- EXERCISE GOAL -
Write out exactly the lines of the entries below from the one holding "#196=PLANE('',#195);" to the one holding "Rebuilt in FreeCAD, every", inclusive, and leave out all other lines.

- RECORDS SUPPLIED -
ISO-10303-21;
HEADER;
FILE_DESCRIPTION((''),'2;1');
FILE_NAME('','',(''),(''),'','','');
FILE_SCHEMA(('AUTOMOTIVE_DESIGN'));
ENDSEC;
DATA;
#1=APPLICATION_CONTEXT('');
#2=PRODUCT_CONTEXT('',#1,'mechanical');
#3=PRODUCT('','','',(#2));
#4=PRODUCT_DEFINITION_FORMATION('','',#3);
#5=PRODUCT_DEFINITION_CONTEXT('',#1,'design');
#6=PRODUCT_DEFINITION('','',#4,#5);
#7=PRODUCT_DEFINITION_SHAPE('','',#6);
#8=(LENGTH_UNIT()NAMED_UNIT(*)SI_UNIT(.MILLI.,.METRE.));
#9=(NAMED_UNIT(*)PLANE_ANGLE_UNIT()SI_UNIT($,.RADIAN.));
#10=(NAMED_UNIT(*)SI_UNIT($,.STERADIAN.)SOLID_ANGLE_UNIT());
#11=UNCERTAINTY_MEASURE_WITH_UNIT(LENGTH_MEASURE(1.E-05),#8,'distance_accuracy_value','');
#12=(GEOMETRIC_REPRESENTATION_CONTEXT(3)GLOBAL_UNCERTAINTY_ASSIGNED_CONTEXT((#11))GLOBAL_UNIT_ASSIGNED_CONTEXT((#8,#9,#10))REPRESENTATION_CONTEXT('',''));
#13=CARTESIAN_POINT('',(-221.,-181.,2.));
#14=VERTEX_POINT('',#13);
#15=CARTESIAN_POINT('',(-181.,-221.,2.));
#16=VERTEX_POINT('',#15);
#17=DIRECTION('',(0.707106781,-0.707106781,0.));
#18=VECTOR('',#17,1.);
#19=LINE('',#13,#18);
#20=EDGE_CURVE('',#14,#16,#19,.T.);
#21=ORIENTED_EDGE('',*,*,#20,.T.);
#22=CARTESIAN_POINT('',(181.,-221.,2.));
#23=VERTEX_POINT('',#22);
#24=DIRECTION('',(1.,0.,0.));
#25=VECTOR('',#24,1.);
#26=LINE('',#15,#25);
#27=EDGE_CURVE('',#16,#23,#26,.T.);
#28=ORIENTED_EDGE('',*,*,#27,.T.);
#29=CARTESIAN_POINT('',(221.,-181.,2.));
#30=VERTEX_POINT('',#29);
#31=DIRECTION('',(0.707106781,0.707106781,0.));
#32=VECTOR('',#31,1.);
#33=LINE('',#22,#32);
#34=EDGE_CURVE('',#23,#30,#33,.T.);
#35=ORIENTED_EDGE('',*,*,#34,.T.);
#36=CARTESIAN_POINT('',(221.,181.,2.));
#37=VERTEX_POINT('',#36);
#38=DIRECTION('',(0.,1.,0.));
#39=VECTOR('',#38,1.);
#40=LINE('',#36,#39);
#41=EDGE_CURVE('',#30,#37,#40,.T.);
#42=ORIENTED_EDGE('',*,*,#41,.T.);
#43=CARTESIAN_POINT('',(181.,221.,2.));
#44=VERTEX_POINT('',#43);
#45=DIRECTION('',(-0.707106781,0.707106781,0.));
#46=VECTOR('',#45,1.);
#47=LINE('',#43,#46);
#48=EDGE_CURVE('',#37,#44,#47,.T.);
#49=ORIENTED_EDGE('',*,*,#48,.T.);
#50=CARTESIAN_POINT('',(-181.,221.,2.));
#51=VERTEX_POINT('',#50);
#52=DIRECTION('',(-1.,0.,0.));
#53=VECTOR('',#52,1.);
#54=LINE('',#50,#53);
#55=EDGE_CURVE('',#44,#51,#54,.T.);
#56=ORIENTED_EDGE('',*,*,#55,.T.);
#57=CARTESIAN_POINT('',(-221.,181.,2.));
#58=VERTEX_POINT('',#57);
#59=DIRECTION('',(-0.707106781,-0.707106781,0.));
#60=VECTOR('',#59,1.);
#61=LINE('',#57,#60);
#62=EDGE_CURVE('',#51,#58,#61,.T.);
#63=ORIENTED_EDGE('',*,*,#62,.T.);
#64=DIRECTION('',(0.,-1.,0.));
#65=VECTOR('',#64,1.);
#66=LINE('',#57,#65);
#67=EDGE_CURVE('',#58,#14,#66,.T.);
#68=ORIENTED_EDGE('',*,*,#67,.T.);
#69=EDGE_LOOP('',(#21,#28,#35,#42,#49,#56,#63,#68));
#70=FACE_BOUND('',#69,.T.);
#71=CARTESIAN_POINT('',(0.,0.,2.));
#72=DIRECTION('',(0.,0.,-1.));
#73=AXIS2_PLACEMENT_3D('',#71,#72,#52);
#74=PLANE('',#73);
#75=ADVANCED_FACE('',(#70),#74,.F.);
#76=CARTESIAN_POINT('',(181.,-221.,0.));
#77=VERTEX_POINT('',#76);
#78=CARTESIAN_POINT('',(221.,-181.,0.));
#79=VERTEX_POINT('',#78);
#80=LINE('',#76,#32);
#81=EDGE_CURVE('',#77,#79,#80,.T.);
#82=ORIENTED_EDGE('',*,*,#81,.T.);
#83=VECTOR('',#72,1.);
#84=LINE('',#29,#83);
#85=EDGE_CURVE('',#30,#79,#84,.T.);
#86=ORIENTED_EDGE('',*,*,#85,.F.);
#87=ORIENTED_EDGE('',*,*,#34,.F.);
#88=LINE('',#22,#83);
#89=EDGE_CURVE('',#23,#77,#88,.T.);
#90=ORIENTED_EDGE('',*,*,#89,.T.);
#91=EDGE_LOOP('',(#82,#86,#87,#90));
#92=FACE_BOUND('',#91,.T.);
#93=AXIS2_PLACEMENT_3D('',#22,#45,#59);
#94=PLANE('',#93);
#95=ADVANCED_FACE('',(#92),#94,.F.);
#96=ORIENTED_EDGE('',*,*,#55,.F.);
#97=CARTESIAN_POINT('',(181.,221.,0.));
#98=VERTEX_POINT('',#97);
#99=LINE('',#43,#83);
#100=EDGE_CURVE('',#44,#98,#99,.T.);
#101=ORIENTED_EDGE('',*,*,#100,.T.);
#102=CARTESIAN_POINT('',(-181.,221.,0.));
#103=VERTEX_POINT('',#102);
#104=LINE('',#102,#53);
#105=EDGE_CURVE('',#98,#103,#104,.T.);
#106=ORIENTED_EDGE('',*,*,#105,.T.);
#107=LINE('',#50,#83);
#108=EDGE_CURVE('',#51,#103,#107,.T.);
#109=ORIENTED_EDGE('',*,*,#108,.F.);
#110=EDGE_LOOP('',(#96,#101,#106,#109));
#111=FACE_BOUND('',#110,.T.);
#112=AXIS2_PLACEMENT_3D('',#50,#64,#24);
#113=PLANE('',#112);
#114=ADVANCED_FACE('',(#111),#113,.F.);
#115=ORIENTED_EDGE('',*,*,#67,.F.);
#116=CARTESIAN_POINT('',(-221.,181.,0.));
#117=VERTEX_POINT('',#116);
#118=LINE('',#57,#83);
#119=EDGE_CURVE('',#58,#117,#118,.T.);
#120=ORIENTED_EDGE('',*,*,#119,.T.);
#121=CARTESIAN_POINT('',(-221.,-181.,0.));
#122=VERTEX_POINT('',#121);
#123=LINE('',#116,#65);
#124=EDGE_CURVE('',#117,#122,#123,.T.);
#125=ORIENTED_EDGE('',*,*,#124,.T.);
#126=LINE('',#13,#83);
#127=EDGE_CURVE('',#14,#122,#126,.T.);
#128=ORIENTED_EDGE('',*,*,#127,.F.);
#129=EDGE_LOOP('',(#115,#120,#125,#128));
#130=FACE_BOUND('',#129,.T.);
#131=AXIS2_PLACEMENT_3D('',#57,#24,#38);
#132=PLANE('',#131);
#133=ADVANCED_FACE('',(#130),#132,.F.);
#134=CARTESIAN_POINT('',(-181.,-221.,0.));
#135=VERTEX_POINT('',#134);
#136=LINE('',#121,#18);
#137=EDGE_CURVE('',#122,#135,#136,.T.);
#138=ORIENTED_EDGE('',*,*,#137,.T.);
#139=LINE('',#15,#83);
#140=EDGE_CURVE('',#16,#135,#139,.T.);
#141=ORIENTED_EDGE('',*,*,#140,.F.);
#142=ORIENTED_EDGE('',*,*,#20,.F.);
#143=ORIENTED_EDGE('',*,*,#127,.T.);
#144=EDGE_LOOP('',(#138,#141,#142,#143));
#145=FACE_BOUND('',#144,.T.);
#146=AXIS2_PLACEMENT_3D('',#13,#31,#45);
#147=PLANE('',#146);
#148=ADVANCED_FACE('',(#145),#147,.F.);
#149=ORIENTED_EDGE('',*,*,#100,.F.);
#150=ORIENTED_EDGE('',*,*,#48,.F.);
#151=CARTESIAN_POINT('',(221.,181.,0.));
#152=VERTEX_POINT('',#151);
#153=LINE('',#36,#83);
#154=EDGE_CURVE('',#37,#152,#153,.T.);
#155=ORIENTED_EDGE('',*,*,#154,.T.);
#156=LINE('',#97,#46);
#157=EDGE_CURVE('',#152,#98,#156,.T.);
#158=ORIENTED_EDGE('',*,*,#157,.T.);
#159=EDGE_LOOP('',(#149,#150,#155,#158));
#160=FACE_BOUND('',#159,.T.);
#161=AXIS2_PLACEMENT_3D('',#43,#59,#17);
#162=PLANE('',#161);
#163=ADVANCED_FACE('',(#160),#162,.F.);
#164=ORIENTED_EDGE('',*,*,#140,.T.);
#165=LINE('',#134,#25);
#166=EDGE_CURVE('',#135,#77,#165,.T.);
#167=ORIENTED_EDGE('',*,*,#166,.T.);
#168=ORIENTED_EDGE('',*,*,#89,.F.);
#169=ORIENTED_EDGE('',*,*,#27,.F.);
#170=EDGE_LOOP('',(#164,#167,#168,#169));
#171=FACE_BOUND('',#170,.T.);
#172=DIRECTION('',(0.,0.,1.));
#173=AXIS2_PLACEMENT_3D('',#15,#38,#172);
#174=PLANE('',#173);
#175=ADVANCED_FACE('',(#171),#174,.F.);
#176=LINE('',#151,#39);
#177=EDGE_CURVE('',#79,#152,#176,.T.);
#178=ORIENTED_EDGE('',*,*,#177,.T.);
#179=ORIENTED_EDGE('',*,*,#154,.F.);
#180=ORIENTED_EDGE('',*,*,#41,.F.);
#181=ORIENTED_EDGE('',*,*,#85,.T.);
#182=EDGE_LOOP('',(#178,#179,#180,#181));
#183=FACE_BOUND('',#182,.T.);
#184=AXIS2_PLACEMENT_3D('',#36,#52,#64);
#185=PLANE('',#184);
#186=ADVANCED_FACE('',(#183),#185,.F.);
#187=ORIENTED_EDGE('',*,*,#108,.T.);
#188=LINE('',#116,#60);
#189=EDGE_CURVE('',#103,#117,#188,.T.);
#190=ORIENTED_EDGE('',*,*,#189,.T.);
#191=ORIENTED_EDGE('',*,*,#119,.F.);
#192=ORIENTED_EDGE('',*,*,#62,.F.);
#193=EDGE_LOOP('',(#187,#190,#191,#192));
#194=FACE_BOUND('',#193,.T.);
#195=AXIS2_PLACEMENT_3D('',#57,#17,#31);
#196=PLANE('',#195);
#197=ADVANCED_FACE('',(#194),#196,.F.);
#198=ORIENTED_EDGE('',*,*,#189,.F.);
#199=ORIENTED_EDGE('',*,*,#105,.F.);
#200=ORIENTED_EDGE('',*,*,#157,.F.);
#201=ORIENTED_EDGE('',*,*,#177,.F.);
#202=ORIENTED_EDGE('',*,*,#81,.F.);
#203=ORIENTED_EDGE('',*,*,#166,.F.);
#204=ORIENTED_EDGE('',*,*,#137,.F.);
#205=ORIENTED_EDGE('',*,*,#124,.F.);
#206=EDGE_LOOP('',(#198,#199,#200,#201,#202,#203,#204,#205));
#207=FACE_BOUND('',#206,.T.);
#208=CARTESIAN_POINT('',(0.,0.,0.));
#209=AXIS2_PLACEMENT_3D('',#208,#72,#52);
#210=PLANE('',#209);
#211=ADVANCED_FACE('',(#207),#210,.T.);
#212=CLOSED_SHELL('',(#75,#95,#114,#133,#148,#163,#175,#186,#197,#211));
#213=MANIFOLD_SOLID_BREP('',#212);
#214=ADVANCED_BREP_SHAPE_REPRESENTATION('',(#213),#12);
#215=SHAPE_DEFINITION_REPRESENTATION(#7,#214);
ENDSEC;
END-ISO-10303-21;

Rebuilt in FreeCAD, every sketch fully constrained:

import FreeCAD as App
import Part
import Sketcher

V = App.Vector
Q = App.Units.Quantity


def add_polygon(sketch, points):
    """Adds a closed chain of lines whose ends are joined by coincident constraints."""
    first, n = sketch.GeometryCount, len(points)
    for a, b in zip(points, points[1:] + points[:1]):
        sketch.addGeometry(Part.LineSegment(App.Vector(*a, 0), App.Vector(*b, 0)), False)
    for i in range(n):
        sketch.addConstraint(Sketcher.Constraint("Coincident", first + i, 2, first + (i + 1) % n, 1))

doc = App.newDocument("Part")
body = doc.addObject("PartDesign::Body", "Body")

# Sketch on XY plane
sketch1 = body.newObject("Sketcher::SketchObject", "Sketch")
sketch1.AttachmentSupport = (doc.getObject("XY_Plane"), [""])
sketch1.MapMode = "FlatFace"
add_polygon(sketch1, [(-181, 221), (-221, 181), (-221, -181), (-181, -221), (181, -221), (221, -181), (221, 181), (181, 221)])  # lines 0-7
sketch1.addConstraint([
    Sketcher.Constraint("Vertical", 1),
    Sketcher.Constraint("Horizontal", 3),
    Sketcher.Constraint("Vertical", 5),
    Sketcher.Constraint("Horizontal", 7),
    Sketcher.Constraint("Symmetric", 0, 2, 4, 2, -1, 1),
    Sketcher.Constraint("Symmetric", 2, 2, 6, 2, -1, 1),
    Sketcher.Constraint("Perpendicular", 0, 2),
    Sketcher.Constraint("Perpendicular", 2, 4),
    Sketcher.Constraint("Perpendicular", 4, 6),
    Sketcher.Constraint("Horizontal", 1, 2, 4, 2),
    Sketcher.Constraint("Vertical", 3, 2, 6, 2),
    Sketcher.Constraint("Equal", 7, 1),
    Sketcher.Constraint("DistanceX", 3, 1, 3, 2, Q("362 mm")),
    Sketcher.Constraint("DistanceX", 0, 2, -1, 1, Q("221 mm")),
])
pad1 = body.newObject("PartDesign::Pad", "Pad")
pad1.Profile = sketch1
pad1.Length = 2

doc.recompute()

---

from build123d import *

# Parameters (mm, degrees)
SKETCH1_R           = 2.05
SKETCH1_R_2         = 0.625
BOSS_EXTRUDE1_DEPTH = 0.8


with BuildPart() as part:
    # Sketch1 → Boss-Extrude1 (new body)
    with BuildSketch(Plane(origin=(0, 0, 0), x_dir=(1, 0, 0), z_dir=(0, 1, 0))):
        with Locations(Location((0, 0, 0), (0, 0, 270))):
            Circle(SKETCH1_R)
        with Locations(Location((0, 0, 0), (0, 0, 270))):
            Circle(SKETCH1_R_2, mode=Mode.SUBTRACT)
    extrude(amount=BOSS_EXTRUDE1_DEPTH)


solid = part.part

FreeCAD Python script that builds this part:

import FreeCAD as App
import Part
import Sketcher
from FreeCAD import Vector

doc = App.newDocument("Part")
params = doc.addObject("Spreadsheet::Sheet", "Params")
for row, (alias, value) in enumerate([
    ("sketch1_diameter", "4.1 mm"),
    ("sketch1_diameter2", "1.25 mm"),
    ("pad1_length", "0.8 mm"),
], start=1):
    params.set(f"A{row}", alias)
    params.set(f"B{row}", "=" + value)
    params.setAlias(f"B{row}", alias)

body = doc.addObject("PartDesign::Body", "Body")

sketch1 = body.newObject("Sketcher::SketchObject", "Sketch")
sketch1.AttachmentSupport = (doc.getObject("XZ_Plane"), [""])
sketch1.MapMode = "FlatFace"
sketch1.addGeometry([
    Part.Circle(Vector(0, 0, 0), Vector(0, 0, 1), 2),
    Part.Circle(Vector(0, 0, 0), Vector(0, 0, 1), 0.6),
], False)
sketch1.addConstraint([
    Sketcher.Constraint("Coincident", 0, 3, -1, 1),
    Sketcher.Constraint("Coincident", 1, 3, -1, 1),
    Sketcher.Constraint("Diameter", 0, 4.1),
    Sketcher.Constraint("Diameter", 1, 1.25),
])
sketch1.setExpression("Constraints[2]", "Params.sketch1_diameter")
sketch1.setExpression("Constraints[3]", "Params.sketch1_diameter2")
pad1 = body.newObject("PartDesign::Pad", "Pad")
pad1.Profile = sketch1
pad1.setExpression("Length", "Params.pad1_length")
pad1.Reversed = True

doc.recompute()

---

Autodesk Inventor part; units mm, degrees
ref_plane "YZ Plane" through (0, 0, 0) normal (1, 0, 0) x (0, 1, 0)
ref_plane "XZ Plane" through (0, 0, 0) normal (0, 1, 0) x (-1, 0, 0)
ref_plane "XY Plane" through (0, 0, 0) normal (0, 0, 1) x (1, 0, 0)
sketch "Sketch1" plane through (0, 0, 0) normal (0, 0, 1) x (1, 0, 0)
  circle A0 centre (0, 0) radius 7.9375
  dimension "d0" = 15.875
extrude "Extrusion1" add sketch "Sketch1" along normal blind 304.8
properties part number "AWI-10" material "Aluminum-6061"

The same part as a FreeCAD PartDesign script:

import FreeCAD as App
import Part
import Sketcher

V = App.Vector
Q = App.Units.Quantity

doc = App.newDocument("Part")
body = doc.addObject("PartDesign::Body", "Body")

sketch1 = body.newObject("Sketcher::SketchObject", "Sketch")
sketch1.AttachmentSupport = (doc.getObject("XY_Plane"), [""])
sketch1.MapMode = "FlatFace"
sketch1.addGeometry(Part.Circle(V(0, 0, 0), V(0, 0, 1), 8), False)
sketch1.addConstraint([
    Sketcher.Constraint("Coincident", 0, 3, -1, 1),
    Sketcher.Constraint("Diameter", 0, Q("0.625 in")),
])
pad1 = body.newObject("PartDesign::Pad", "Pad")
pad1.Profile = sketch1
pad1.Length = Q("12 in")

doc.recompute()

- RESULT OF THE TASK -
#196=PLANE('',#195);
#197=ADVANCED_FACE('',(#194),#196,.F.);
#198=ORIENTED_EDGE('',*,*,#189,.F.);
#199=ORIENTED_EDGE('',*,*,#105,.F.);
#200=ORIENTED_EDGE('',*,*,#157,.F.);
#201=ORIENTED_EDGE('',*,*,#177,.F.);
#202=ORIENTED_EDGE('',*,*,#81,.F.);
#203=ORIENTED_EDGE('',*,*,#166,.F.);
#204=ORIENTED_EDGE('',*,*,#137,.F.);
#205=ORIENTED_EDGE('',*,*,#124,.F.);
#206=EDGE_LOOP('',(#198,#199,#200,#201,#202,#203,#204,#205));
#207=FACE_BOUND('',#206,.T.);
#208=CARTESIAN_POINT('',(0.,0.,0.));
#209=AXIS2_PLACEMENT_3D('',#208,#72,#52);
#210=PLANE('',#209);
#211=ADVANCED_FACE('',(#207),#210,.T.);
#212=CLOSED_SHELL('',(#75,#95,#114,#133,#148,#163,#175,#186,#197,#211));
#213=MANIFOLD_SOLID_BREP('',#212);
#214=ADVANCED_BREP_SHAPE_REPRESENTATION('',(#213),#12);
#215=SHAPE_DEFINITION_REPRESENTATION(#7,#214);
ENDSEC;
END-ISO-10303-21;

Rebuilt in FreeCAD, every sketch fully constrained:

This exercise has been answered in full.